My big surprise was that the women at Glamour’s conference weren’t militant radical feminists. Yes, they overwhelmingly leaned liberal, but they were also intellectually curious about what I, as a conservative, had to say. Sometimes this curiosity was zoo curiosity— they hadn’t seen an animal like me. Other times, the women recognized the limits of what they had heard about an issue and wanted to learn more to decide for themselves. They didn’t just dismiss me when I mentioned the word conservative. They asked me questions.

During breakfast on the second day, for example, a woman who sat next to me said she was particularly interested in hearing the session on gun control and what the young women leaders on that panel had to say. I replied that I thought it was unfortunate that they didn’t have someone on the panel discussing why some people are against additional gun control legislation. She asked me, “Why are some people against it?” By the end of our discussion, she agreed with me that the panel would have been better with more intellectual diversity.

At lunch, I mentioned I attended the last hearing on Brett Kavanaugh’s Supreme Court nomination. I expected the women there to be 100 percent against Kavanaugh. But one of the women said the hearing didn’t sit right with her. She wasn’t sure why. She wanted my perspective. She was interested in talking about due process.

These were the types of conversations I had over and over, with smart women who cared about fashion and empowerment and making up their own mind.

Glamour isn’t afraid of tough, scary topics. The second day started with an interview of Karen Attiah, Jamal Khashoggi’s editor at The Washington Post before he was murdered. So why was there no debate or disagreement during the two days of programming? The biggest moment of conflict at the summit came when “Today” co-anchor Savannah Guthrie compared her mom’s realism to the cheerleading of fellow co-anchor Hoda Kotb’s mom. That’s it.

Mainstream women’s magazines have a liberal bent. Some have tried going further left. Take Teen Vogue and its anti-Trump article headlines like, “Donald Trump Is Still Gaslighting America. I Really Care. Do u?” Some have tried to sex-up everything, including politics. As part of its 2014 midterm election participation, Cosmopolitanran a contest asking students their plans to get their peers to vote, with the prize being a party bus to shuttle students to the polls full of “shirtless male models.”
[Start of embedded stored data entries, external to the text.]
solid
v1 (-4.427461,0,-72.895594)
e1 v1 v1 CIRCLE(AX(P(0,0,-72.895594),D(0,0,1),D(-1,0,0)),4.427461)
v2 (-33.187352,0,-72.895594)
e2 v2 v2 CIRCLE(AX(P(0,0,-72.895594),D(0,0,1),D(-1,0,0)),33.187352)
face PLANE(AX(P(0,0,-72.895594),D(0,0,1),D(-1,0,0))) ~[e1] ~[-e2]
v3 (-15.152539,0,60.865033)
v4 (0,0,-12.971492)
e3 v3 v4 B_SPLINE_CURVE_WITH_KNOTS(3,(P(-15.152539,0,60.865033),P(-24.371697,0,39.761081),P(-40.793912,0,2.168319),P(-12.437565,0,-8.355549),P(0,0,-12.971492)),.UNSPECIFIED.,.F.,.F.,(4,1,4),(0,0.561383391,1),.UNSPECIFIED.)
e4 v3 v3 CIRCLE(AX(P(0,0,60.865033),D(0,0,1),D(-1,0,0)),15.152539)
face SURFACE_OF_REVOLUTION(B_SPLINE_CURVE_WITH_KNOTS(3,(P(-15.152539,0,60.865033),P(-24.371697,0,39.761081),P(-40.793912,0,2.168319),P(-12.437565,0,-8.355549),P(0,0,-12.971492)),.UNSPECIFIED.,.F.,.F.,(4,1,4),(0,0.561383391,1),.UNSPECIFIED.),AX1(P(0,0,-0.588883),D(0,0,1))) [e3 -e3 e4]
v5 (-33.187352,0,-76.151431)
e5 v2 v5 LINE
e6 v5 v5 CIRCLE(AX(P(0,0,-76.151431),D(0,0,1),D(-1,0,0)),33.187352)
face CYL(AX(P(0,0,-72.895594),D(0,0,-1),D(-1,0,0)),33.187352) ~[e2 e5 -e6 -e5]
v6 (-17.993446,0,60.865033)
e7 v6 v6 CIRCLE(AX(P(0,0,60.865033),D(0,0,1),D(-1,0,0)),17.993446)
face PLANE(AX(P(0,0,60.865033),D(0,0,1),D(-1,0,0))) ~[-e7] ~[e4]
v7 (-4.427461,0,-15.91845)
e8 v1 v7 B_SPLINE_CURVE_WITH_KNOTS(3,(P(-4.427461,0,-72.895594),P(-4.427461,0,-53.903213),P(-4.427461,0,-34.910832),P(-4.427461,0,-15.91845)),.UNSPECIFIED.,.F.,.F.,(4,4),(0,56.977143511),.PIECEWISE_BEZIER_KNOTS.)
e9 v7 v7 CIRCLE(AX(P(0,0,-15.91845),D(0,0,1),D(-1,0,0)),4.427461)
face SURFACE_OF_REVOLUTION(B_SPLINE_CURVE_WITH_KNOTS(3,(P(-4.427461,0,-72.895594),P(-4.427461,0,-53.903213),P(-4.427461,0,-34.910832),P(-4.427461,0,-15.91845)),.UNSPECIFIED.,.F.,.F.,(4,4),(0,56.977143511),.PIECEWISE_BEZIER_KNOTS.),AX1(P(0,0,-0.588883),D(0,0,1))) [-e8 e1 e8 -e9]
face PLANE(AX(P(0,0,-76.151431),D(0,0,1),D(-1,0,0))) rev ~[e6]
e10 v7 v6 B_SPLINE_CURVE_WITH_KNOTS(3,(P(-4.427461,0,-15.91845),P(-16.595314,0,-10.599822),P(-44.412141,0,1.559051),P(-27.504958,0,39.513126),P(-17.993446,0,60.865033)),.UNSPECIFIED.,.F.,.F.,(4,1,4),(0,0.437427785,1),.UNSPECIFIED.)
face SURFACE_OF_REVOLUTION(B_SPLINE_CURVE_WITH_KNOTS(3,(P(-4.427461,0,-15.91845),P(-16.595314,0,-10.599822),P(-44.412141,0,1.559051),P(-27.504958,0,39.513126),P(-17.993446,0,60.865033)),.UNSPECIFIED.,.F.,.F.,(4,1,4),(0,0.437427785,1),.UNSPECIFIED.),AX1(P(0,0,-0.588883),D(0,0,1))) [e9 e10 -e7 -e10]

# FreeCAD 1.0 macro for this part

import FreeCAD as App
import Part
import Sketcher

doc = App.newDocument("Part")
body = doc.addObject("PartDesign::Body", "Body")

sketch1 = doc.addObject("Sketcher::SketchObject", "Sketch")
body.addObject(sketch1)
sketch1.AttachmentSupport = (doc.XZ_Plane, [""])
sketch1.MapMode = "FlatFace"
sketch1.addGeometry([
    Part.LineSegment(App.Vector(-33.187352, -76.151431, 0), App.Vector(0, -76.151431, 0)),
    Part.LineSegment(App.Vector(0, -76.151431, 0), App.Vector(0, -12.971492, 0)),
    Part.BSplineCurve([App.Vector(-15.152539, 60.865033, 0), App.Vector(-24.371697, 39.761081, 0), App.Vector(-40.793912, 2.168319, 0), App.Vector(-12.437565, -8.355549, 0), App.Vector(0, -12.971492, 0)], [4, 1, 4], [0, 0.561383391, 1], False, 3, [1, 1, 1, 1, 1], False),
    Part.LineSegment(App.Vector(-15.152539, 60.865033, 0), App.Vector(-17.993446, 60.865033, 0)),
    Part.BSplineCurve([App.Vector(-4.427461, -15.91845, 0), App.Vector(-16.595314, -10.599822, 0), App.Vector(-44.412141, 1.559051, 0), App.Vector(-27.504958, 39.513126, 0), App.Vector(-17.993446, 60.865033, 0)], [4, 1, 4], [0, 0.437427785, 1], False, 3, [1, 1, 1, 1, 1], False),
    Part.BSplineCurve([App.Vector(-4.427461, -72.895594, 0), App.Vector(-4.427461, -53.903213, 0), App.Vector(-4.427461, -34.910832, 0), App.Vector(-4.427461, -15.91845, 0)], [4, 4], [0, 56.977143511], False, 3, [1, 1, 1, 1], False),
    Part.LineSegment(App.Vector(-4.427461, -72.895594, 0), App.Vector(-33.187352, -72.895594, 0)),
    Part.LineSegment(App.Vector(-33.187352, -72.895594, 0), App.Vector(-33.187352, -76.151431, 0)),
], False)
sketch1.addConstraint([
    Sketcher.Constraint("Block", 2),
    Sketcher.Constraint("Block", 4),
    Sketcher.Constraint("Block", 5),
    Sketcher.Constraint("Coincident", 0, 2, 1, 1),
    Sketcher.Constraint("Coincident", 1, 2, 2, 2),
    Sketcher.Constraint("Coincident", 2, 1, 3, 1),
    Sketcher.Constraint("Coincident", 3, 2, 4, 2),
    Sketcher.Constraint("Coincident", 5, 1, 6, 1),
    Sketcher.Constraint("Coincident", 6, 2, 7, 1),
    Sketcher.Constraint("Coincident", 7, 2, 0, 1),
    Sketcher.Constraint("Horizontal", 0),
    Sketcher.Constraint("Vertical", 1),
    Sketcher.Constraint("Horizontal", 6),
    Sketcher.Constraint("Vertical", 7),
    Sketcher.Constraint("DistanceX", 6, 2, 6, 1, 28.759891),
    Sketcher.Constraint("DistanceY", 1, 1, 1, 2, 63.179939),
])
revolution = doc.addObject("PartDesign::Revolution", "Revolution")
body.addObject(revolution)
revolution.Profile = sketch1
revolution.ReferenceAxis = (sketch1, ["V_Axis"])
revolution.Angle = 360

doc.recompute()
Glamour could stand out by taking a different tack and actually encouraging its audience to think and understand different sides by offering a multitude of views. For its summit and digital stories, Glamour controls the invitations and topics. How about a debate about President Trump’s policy on trade and how that affects the cost of goods? A discussion of what state and federal laws discourage people starting businesses? Or a discussion on education reform?
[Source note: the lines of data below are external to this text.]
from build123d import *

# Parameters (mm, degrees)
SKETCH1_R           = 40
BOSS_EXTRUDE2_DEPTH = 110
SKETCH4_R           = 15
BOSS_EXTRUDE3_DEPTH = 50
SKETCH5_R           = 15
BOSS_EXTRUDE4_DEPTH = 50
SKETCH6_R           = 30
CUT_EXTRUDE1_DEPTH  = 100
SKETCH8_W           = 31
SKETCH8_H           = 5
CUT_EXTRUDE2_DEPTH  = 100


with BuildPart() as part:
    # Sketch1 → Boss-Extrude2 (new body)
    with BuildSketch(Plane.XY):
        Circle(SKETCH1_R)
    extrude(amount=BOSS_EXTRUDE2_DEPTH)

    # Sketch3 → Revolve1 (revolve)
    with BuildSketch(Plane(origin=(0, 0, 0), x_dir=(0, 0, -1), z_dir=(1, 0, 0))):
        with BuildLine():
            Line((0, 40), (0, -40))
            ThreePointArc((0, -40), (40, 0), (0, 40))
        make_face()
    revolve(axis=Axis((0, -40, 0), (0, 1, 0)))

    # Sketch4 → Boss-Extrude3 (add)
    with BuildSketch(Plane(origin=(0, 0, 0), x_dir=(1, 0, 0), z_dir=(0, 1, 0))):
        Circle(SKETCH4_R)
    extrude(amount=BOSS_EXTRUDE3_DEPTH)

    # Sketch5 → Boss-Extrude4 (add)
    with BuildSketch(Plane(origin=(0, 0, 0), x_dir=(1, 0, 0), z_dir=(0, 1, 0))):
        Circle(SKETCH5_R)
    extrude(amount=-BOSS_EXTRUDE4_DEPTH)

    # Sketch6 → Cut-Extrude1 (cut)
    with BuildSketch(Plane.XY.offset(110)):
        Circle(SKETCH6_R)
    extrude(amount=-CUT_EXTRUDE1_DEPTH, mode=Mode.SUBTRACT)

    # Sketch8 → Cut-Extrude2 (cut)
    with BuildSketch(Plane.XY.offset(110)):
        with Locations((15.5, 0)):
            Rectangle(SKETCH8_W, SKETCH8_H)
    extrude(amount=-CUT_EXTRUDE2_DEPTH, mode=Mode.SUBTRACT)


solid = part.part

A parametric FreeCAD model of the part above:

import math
import FreeCAD as App
import Part
import Sketcher

V = App.Vector


def add_polygon(sketch, points):
    """Adds a closed chain of lines whose ends are joined by coincident constraints."""
    first, n = sketch.GeometryCount, len(points)
    for a, b in zip(points, points[1:] + points[:1]):
        sketch.addGeometry(Part.LineSegment(App.Vector(*a, 0), App.Vector(*b, 0)), False)
    for i in range(n):
        sketch.addConstraint(Sketcher.Constraint("Coincident", first + i, 2, first + (i + 1) % n, 1))

doc = App.newDocument("Part")
params = doc.addObject("Spreadsheet::Sheet", "Params")
for row, (alias, value) in enumerate([
    ("sketch1_diameter", "80 mm"),
    ("pad1_length", "110 mm"),
    ("sketch2_radius", "40 mm"),
    ("revolution_angle", "360 deg"),
    ("sketch3_diameter", "30 mm"),
    ("pad2_length", "50 mm"),
    ("sketch4_diameter", "30 mm"),
    ("pad3_length", "50 mm"),
    ("sketch5_diameter", "60 mm"),
    ("pocket1_length", "100 mm"),
    ("sketch6_width", "31 mm"),
    ("sketch6_height", "5 mm"),
    ("pocket2_length", "100 mm"),
], start=1):
    params.set(f"A{row}", alias)
    params.set(f"B{row}", "=" + value)
    params.setAlias(f"B{row}", alias)

body = doc.addObject("PartDesign::Body", "Body")

sketch1 = body.newObject("Sketcher::SketchObject", "Sketch")
sketch1.AttachmentSupport = (doc.getObject("XY_Plane"), [""])
sketch1.MapMode = "FlatFace"
sketch1.addGeometry(Part.Circle(V(0, 0, 0), V(0, 0, 1), 40), False)
sketch1.addConstraint(Sketcher.Constraint("Coincident", 0, 3, -1, 1))
sketch1.addConstraint(Sketcher.Constraint("Diameter", 0, 80.0))
sketch1.setExpression("Constraints[1]", "Params.sketch1_diameter")
pad1 = body.newObject("PartDesign::Pad", "Pad")
pad1.Profile = sketch1
pad1.setExpression("Length", "Params.pad1_length")

sketch2 = body.newObject("Sketcher::SketchObject", "Sketch001")
sketch2.AttachmentSupport = (doc.getObject("YZ_Plane"), [""])
sketch2.MapMode = "FlatFace"
sketch2.addGeometry(Part.LineSegment(V(40, 0, 0), V(-40, 0, 0)), False)
sketch2.addGeometry(Part.ArcOfCircle(Part.Circle(V(0, 0, 0), V(0, 0, 1), 40), math.radians(180), math.radians(360)), False)
sketch2.addConstraint(Sketcher.Constraint("Coincident", 0, 1, 1, 2))
sketch2.addConstraint(Sketcher.Constraint("Coincident", 1, 1, 0, 2))
sketch2.addConstraint(Sketcher.Constraint("Horizontal", 0))
sketch2.addConstraint(Sketcher.Constraint("Coincident", 1, 3, -1, 1))
sketch2.addConstraint(Sketcher.Constraint("PointOnObject", 0, 1, -1))
sketch2.addConstraint(Sketcher.Constraint("Radius", 1, 40.0))
sketch2.setExpression("Constraints[5]", "Params.sketch2_radius")
revolution = body.newObject("PartDesign::Revolution", "Revolution")
revolution.Profile = sketch2
revolution.ReferenceAxis = (sketch2, ["H_Axis"])
revolution.setExpression("Angle", "Params.revolution_angle")

sketch3 = body.newObject("Sketcher::SketchObject", "Sketch002")
sketch3.AttachmentSupport = (doc.getObject("XZ_Plane"), [""])
sketch3.MapMode = "FlatFace"
sketch3.addGeometry(Part.Circle(V(0, 0, 0), V(0, 0, 1), 15), False)
sketch3.addConstraint(Sketcher.Constraint("Coincident", 0, 3, -1, 1))
sketch3.addConstraint(Sketcher.Constraint("Diameter", 0, 30.0))
sketch3.setExpression("Constraints[1]", "Params.sketch3_diameter")
pad2 = body.newObject("PartDesign::Pad", "Pad001")
pad2.Profile = sketch3
pad2.setExpression("Length", "Params.pad2_length")
pad2.Reversed = True

sketch4 = body.newObject("Sketcher::SketchObject", "Sketch003")
sketch4.AttachmentSupport = (doc.getObject("XZ_Plane"), [""])
sketch4.MapMode = "FlatFace"
sketch4.addGeometry(Part.Circle(V(0, 0, 0), V(0, 0, 1), 15), False)
sketch4.addConstraint(Sketcher.Constraint("Coincident", 0, 3, -1, 1))
sketch4.addConstraint(Sketcher.Constraint("Diameter", 0, 30.0))
sketch4.setExpression("Constraints[1]", "Params.sketch4_diameter")
pad3 = body.newObject("PartDesign::Pad", "Pad002")
pad3.Profile = sketch4
pad3.setExpression("Length", "Params.pad3_length")

sketch5 = body.newObject("Sketcher::SketchObject", "Sketch004")
sketch5.AttachmentSupport = (doc.getObject("XY_Plane"), [""])
sketch5.MapMode = "FlatFace"
sketch5.AttachmentOffset = App.Placement(V(0, 0, 110), App.Rotation())
sketch5.addGeometry(Part.Circle(V(0, 0, 0), V(0, 0, 1), 30), False)
sketch5.addConstraint(Sketcher.Constraint("Coincident", 0, 3, -1, 1))
sketch5.addConstraint(Sketcher.Constraint("Diameter", 0, 60.0))
sketch5.setExpression("Constraints[1]", "Params.sketch5_diameter")
pocket1 = body.newObject("PartDesign::Pocket", "Pocket")
pocket1.Profile = sketch5
pocket1.setExpression("Length", "Params.pocket1_length")

sketch6 = body.newObject("Sketcher::SketchObject", "Sketch005")
sketch6.AttachmentSupport = (doc.getObject("XY_Plane"), [""])
sketch6.MapMode = "FlatFace"
sketch6.AttachmentOffset = App.Placement(V(0, 0, 110), App.Rotation())
add_polygon(sketch6, [(0, 2.5), (0, -2.5), (31, -2.5), (31, 2.5)])
sketch6.addConstraint(Sketcher.Constraint("Vertical", 0))
sketch6.addConstraint(Sketcher.Constraint("Horizontal", 1))
sketch6.addConstraint(Sketcher.Constraint("Vertical", 2))
sketch6.addConstraint(Sketcher.Constraint("Horizontal", 3))
sketch6.addConstraint(Sketcher.Constraint("Symmetric", 0, 2, 3, 2, -1, 1))
sketch6.addConstraint(Sketcher.Constraint("DistanceX", 1, 1, 1, 2, 31.0))
sketch6.addConstraint(Sketcher.Constraint("DistanceY", 0, 2, 0, 1, 5.0))
sketch6.setExpression("Constraints[9]", "Params.sketch6_width")
sketch6.setExpression("Constraints[10]", "Params.sketch6_height")
pocket2 = body.newObject("PartDesign::Pocket", "Pocket001")
pocket2.Profile = sketch6
pocket2.setExpression("Length", "Params.pocket2_length")

doc.recompute()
That’s what the summit needed, and would make the brand more interesting to more people. Perhaps most of Glamour’s readers will still be liberal, but they will leave better off for having seen or read an actual debate. They might even become more confident in their position, learning how to anticipate arguments from the other side.

When I signed up for the Glamour Women of the Year Summit, I expected some fashion, and I got it. (Apparently bell bottoms are back in style.) I expected some liberalism, and I got that too. But what I didn’t expect was how thoughtful the attendees were.

The biggest compliment Glamour could pay its readers is to respect their intellect. Don’t just give them something to buy, nod in agreement to, or laugh at. Give them something to think about. Smart women want smart content.